La historia que -añado-requiere rigor analítico, conceptualización precisa y narrativa inteligente, es ante todo una necesidad social. Su gran desarrollo desde el siglo XIX responde a un hecho esencial: que el hombre es un ser histórico (Dilthey), que el hombre no tiene naturaleza sino simplemente historia (Ortega), que la vida es ante todo vida histórica.
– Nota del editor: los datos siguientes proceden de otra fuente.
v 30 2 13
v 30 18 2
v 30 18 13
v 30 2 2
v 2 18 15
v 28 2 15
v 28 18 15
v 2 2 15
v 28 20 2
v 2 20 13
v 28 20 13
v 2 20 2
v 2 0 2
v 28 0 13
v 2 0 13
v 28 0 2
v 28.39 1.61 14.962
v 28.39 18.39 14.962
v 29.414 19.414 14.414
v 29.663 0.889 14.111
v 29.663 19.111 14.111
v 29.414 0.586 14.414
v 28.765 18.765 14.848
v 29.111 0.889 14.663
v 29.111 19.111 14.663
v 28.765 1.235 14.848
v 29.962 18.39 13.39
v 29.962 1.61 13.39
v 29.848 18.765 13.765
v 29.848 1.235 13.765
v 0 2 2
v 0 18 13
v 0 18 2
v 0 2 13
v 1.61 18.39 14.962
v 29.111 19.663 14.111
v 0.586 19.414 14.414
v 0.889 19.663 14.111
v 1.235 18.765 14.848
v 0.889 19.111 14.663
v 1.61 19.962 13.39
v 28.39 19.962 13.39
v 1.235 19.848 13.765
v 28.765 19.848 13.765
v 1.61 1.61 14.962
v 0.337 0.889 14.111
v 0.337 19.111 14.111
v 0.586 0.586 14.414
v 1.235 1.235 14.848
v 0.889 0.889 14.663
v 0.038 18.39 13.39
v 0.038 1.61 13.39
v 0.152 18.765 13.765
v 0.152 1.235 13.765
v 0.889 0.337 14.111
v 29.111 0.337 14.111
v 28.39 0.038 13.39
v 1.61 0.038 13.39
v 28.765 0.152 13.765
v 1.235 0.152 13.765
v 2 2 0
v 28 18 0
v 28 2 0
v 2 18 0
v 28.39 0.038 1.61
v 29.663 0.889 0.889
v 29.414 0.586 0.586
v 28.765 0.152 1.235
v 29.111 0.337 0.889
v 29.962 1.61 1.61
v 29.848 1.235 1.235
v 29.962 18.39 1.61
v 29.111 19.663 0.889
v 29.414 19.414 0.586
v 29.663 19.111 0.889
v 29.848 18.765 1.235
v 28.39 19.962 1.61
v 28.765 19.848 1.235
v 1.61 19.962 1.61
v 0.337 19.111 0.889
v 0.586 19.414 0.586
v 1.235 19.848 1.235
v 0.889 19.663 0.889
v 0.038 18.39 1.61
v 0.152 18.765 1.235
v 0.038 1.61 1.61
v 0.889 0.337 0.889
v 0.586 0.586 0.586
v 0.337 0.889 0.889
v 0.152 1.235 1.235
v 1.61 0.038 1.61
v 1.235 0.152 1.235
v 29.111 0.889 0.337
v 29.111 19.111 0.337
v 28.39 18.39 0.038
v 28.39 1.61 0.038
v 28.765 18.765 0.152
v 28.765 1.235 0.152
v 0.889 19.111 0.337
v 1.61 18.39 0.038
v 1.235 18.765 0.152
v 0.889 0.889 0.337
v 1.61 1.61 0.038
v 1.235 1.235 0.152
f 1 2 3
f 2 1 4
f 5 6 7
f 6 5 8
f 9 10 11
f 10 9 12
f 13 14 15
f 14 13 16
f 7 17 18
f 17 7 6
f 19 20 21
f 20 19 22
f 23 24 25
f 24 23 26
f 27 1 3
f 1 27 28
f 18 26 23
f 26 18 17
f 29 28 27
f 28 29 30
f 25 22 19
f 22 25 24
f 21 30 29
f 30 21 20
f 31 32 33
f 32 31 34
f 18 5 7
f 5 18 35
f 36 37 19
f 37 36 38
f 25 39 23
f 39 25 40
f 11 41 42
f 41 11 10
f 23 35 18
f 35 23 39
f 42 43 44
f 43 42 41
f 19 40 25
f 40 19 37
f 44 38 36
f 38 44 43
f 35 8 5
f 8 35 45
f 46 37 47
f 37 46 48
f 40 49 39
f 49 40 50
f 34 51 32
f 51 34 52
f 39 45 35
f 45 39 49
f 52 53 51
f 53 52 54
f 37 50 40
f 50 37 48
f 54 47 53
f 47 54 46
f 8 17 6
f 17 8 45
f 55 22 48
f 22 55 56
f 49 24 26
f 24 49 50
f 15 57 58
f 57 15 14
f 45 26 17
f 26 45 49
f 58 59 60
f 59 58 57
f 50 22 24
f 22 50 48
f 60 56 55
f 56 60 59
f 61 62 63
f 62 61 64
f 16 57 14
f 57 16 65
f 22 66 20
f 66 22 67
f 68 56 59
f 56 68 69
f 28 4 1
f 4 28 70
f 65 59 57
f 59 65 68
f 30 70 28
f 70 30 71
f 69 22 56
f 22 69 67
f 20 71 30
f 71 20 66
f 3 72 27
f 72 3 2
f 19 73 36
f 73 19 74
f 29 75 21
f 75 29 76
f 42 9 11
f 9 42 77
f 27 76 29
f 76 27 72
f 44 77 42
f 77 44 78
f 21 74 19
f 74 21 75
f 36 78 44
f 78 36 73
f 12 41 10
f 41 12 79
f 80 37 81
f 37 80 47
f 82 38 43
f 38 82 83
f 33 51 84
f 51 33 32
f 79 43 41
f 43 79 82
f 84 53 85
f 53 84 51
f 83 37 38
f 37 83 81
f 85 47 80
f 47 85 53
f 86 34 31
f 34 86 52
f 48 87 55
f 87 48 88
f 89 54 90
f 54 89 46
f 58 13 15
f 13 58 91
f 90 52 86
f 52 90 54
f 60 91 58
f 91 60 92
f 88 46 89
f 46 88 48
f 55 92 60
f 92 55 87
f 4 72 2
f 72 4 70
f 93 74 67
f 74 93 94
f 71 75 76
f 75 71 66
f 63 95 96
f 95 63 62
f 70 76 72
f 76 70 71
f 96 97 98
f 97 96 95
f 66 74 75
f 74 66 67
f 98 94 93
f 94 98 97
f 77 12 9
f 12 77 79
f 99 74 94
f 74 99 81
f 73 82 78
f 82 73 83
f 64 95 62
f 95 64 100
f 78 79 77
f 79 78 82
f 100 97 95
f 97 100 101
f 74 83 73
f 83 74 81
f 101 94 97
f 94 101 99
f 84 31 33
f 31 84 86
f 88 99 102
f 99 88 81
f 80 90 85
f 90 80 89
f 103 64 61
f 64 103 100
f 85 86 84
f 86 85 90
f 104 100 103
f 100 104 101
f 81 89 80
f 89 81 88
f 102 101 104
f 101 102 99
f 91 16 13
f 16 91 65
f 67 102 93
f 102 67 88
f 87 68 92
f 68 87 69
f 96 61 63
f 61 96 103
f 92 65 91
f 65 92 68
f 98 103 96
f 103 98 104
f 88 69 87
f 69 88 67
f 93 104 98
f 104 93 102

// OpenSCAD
module rond_corner(rayon,deep) {
    difference() {
        cube([rayon,deep,rayon]);
        rotate([-90,0,0]) cylinder(deep, r=rayon,$fn=32);
    }
}


module rondcube(rayon,width,deep, height, top=true, bottom=true, side=true) {
    difference() {
        cube([width, deep, height]);
        if (top) {
            translate([width-rayon,0,height-rayon]) rond_corner(rayon,deep);
            translate([width,deep-rayon,height-rayon]) rotate([0,0,90]) rond_corner(rayon,width);
            translate([rayon,deep,height-rayon]) rotate([0,0,180]) rond_corner(rayon,deep);
            translate([0,rayon,height-rayon]) rotate([0,0,270]) rond_corner(rayon,width);
        }
        if (side) {
            translate([width-rayon,rayon,0]) rotate([90,0,0]) rond_corner(rayon,height);
            translate([width-rayon,deep-rayon,0]) rotate([90,0,90]) rond_corner(rayon,height);
            translate([rayon,deep-rayon,0]) rotate([90,0,180]) rond_corner(rayon,height);
            translate([rayon,rayon,0]) rotate([90,0,270]) rond_corner(rayon,height);
        }
        if (bottom) {
            translate([width-rayon,0,rayon]) rotate([0,90,0]) rond_corner(rayon,deep);
            translate([width,deep-rayon,rayon]) rotate([0,90,90]) rond_corner(rayon,width);
            translate([rayon,deep,rayon]) rotate([0,90,180]) rond_corner(rayon,deep);
            translate([0,rayon,rayon]) rotate([0,90,270]) rond_corner(rayon,width);
        }
    }
}

rondcube(2, 30, 20, 15);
No es posible ser objetivo cuando se escribe sobre Historia (o sobre cualquier otro tema humanístico, me atrevería a decir). Todos partimos de preconcepciones culturales, de las que muchas veces ni siquiera somos conscientes. Todos leemos los datos a partir de ciertas hipótesis y preguntas que orientan la respuesta en cierta dirección. Lo cual no quiere decir que lo que escribimos los historiadores sea totalmente arbitrario. Un historiador honesto pone unos límites infranqueables a su subjetivismo: por ejemplo, no deforma conscientemente lo que dicen los documentos, ni ignora o margina los datos que contradicen su teoría. Quien hace eso no actúa como un científico, no quiere conocer la realidad (en este caso, el pasado humano), sino que actúa como abogado de una causa, acumula argumentos en defensa de sus posiciones y deforma u oculta los que las perjudican.
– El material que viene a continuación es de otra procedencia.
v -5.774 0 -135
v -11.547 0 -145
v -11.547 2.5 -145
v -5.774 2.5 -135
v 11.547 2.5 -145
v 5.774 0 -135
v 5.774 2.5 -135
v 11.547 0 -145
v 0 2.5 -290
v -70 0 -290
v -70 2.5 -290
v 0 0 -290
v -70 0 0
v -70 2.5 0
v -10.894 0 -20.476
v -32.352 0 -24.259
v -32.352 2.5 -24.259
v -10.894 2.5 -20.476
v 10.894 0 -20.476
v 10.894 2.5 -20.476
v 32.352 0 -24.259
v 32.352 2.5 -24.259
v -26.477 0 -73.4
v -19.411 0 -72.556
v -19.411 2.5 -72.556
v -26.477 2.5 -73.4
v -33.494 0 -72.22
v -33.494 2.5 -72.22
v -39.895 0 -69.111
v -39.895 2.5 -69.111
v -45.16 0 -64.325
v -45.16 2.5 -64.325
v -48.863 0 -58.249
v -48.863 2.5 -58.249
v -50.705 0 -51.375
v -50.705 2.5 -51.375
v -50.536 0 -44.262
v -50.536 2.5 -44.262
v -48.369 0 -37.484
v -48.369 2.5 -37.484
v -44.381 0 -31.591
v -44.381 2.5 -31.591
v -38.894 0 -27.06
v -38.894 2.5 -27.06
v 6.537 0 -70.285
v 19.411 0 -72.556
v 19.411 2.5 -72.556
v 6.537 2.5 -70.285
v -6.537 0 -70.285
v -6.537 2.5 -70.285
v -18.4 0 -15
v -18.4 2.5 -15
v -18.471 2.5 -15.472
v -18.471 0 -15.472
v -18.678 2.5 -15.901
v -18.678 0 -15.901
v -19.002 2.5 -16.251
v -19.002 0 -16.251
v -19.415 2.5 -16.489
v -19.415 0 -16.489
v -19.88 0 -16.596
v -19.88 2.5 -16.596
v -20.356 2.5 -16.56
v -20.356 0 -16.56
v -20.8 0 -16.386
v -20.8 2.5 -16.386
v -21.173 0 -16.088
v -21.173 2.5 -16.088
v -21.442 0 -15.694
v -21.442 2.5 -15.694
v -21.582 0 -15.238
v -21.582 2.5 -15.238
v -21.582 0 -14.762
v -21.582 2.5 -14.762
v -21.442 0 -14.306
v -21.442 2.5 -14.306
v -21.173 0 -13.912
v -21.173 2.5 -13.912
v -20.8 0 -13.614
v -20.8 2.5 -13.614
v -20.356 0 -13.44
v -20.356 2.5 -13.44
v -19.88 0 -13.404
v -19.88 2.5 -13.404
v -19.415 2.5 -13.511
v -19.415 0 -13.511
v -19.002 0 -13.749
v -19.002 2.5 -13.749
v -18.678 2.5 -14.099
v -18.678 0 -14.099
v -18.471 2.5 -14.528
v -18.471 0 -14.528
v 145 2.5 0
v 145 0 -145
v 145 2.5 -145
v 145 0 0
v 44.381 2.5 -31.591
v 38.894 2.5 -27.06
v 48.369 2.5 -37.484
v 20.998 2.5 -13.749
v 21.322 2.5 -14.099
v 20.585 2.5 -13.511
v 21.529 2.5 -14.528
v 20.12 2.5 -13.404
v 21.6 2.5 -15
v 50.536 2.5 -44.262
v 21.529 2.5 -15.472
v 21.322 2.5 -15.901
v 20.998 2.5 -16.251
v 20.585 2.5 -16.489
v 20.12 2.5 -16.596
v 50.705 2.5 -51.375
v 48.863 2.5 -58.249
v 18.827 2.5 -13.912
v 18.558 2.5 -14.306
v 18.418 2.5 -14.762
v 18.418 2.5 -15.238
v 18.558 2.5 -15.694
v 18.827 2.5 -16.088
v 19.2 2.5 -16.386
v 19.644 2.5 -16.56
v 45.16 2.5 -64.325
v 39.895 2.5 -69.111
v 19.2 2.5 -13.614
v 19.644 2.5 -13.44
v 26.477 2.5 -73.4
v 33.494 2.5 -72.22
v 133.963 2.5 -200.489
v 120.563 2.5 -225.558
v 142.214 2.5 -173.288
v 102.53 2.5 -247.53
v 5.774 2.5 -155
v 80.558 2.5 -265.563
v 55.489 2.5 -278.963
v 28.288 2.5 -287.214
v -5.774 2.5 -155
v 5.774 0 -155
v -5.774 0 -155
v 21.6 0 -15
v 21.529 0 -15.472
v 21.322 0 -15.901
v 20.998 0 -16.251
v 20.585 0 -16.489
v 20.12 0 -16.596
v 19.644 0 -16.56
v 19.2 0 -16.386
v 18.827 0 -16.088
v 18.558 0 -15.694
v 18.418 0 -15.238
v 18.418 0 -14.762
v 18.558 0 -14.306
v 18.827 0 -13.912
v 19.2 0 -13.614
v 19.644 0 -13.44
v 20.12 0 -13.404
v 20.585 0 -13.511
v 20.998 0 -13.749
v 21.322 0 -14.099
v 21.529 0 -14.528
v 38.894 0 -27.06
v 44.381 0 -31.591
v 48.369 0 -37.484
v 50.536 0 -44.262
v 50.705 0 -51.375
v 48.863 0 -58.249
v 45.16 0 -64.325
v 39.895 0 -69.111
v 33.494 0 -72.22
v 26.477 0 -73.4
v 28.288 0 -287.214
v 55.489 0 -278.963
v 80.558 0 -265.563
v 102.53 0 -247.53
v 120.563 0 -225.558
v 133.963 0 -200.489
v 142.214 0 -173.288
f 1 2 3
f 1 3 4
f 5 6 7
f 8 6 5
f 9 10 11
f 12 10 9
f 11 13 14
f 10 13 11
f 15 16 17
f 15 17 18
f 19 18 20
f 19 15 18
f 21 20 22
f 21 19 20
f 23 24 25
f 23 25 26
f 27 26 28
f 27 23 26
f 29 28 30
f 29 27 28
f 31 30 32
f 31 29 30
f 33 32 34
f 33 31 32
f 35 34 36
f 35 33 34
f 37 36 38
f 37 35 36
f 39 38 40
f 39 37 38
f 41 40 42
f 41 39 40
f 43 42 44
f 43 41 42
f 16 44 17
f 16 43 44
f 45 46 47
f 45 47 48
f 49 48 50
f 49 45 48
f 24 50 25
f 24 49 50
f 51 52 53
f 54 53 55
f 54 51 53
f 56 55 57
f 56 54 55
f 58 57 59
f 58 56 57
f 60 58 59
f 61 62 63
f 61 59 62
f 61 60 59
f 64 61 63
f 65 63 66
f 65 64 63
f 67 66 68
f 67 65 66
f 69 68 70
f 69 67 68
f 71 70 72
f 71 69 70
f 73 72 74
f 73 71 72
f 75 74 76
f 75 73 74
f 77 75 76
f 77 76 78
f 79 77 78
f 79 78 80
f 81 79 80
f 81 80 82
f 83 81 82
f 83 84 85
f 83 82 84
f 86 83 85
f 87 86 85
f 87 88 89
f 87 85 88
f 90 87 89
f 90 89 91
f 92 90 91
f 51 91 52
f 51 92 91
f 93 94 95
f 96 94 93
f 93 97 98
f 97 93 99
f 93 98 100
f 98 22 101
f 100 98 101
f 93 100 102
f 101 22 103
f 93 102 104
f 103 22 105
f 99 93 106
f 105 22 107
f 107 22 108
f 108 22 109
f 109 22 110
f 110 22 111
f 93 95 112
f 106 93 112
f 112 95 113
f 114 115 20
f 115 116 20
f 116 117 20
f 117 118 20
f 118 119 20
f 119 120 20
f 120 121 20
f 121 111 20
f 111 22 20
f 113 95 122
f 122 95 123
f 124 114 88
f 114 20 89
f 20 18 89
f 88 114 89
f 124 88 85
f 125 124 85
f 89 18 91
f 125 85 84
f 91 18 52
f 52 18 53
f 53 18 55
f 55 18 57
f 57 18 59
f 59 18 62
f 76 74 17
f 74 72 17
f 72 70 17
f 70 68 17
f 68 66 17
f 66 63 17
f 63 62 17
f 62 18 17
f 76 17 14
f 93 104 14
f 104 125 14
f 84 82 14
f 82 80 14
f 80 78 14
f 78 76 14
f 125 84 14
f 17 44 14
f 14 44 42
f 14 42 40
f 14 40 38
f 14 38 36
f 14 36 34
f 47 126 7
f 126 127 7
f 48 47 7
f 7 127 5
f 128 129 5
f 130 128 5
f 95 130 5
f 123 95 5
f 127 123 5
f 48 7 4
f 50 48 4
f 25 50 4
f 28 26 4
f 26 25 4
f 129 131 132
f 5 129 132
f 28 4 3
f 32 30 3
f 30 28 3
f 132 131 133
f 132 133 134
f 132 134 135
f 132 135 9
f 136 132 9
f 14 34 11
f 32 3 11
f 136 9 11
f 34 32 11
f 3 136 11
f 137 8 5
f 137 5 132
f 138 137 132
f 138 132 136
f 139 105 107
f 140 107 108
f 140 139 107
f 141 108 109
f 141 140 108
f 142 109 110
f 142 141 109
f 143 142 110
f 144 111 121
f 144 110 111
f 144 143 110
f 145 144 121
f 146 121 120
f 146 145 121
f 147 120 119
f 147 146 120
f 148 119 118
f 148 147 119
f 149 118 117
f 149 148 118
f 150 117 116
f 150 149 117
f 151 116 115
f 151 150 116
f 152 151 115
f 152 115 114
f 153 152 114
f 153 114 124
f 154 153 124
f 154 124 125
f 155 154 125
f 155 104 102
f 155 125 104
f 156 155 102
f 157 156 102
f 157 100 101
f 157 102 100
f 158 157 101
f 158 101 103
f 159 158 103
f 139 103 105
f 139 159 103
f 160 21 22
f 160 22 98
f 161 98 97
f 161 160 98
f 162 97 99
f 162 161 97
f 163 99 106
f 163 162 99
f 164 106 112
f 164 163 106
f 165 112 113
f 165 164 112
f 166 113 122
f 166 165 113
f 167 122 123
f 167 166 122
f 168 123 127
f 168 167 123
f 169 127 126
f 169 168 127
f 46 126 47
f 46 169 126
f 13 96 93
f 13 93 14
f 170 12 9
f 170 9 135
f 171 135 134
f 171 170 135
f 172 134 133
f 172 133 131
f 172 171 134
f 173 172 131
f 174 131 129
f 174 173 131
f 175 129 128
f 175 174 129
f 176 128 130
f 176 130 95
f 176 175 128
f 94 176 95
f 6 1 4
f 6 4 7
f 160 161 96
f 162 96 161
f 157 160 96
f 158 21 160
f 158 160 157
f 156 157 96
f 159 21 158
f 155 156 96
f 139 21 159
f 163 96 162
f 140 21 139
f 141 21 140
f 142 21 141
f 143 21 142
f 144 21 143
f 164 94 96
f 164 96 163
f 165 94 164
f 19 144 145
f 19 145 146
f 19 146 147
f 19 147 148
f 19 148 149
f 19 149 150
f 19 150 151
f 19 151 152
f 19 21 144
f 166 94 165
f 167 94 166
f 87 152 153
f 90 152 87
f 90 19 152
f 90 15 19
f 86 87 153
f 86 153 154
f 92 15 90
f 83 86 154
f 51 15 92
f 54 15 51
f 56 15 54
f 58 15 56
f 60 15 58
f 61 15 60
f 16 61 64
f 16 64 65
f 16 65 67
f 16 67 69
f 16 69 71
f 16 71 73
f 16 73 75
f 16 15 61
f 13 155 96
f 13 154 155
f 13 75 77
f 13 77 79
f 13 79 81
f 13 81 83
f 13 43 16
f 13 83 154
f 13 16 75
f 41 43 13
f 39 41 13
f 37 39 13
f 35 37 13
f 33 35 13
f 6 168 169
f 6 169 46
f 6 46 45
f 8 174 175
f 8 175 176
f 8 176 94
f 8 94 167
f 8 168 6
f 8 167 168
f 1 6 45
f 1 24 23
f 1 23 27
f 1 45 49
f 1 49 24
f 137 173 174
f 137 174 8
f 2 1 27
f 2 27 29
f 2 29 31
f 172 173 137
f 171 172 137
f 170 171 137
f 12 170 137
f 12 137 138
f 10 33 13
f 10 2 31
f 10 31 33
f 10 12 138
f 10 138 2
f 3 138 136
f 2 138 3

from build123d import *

# Parameters (mm, degrees)
BOSS_EXTRUDE2_DEPTH = 2.5
CUT_EXTRUDE5_DEPTH  = 3.5
CUT_EXTRUDE7_DEPTH  = 3.5
SKETCH8_R           = 1.6
CUT_EXTRUDE8_DEPTH  = 3.5


with BuildPart() as part:
    # Sketch1 → Boss-Extrude2 (new body)
    with BuildSketch(Plane(origin=(0, 0, 0), x_dir=(1, 0, 0), z_dir=(0, 1, 0))):
        with BuildLine():
            Line((0, 0), (-70, 0))
            Line((-70, 0), (-70, 290))
            Line((-70, 290), (0, 290))
            ThreePointArc((0, 290), (102.530483272, 247.530483272), (145, 145))
            Line((145, 145), (145, 0))
            Line((145, 0), (0, 0))
        make_face()
    extrude(amount=BOSS_EXTRUDE2_DEPTH)

    # Sketch6 → Cut-Extrude5 (cut, through all)
    with BuildSketch(Plane(origin=(0, 0, 0), x_dir=(1, 0, 0), z_dir=(0, 1, 0))):
        Polygon((5.773502692, 135), (11.547005384, 145), (5.773502692, 155), (-5.773502692, 155), (-11.547005384, 145), (-5.773502692, 135), align=None)
    extrude(amount=CUT_EXTRUDE5_DEPTH, mode=Mode.SUBTRACT)

    # Sketch7 → Cut-Extrude7 (cut, through all)
    with BuildSketch(Plane(origin=(0, 0, 0), x_dir=(1, 0, 0), z_dir=(0, 1, 0))):
        with BuildLine():
            ThreePointArc((-32.352380638, 24.259271714), (0, 20), (32.352380638, 24.259271714))
            ThreePointArc((32.352380638, 24.259271714), (50.030050167, 54.877893499), (19.411428383, 72.555563028))
            ThreePointArc((19.411428383, 72.555563028), (0, 70), (-19.411428383, 72.555563028))
            ThreePointArc((-19.411428383, 72.555563028), (-50.030050167, 54.877893499), (-32.352380638, 24.259271714))
        make_face()
    extrude(amount=CUT_EXTRUDE7_DEPTH, mode=Mode.SUBTRACT)

    # Sketch8 → Cut-Extrude8 (cut, through all)
    with BuildSketch(Plane(origin=(0, 0, 0), x_dir=(1, 0, 0), z_dir=(0, 1, 0))):
        with Locations((-20, 15)):
            Circle(SKETCH8_R)
        with Locations((20, 15)):
            Circle(SKETCH8_R)
    extrude(amount=CUT_EXTRUDE8_DEPTH, mode=Mode.SUBTRACT)


solid = part.part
La Historia de España tiene los problemas propios de cualquier país con un pasado conflictivo. No hay en ella excepcionalismo o «anormalidad», para empezar porque no existe una «norma». Cada sociedad ha recorrido un camino único, distinto a las demás.

La historia, en realidad, no se repite; su ley es el cambio, no la estabilidad ni la permanencia. Claro que hay conflictos que se enquistan durante muchos años, quizás siglos; los que vivieron las guerras de religión del XVI-XVII, por poner un ejemplo, creyeron sin duda que aquello era interminable; pero al final terminaron.

En cuanto a la posibilidad de que el historiador pueda predecir el futuro, francamente lo dudo. Con certeza científica, creo que solo se puede predecir algo genérico: el futuro será diferente al pasado. No sé cuánto tardará ni cómo ocurrirá, si el cambio será rápido o lento, violento o pacífico, pero lo seguro es que mis nietos vivirán un mundo distinto al mío. De ahí que sea más sabio prepararles para el cambio que enseñarles a ser fieles a nuestras pautas de conducta.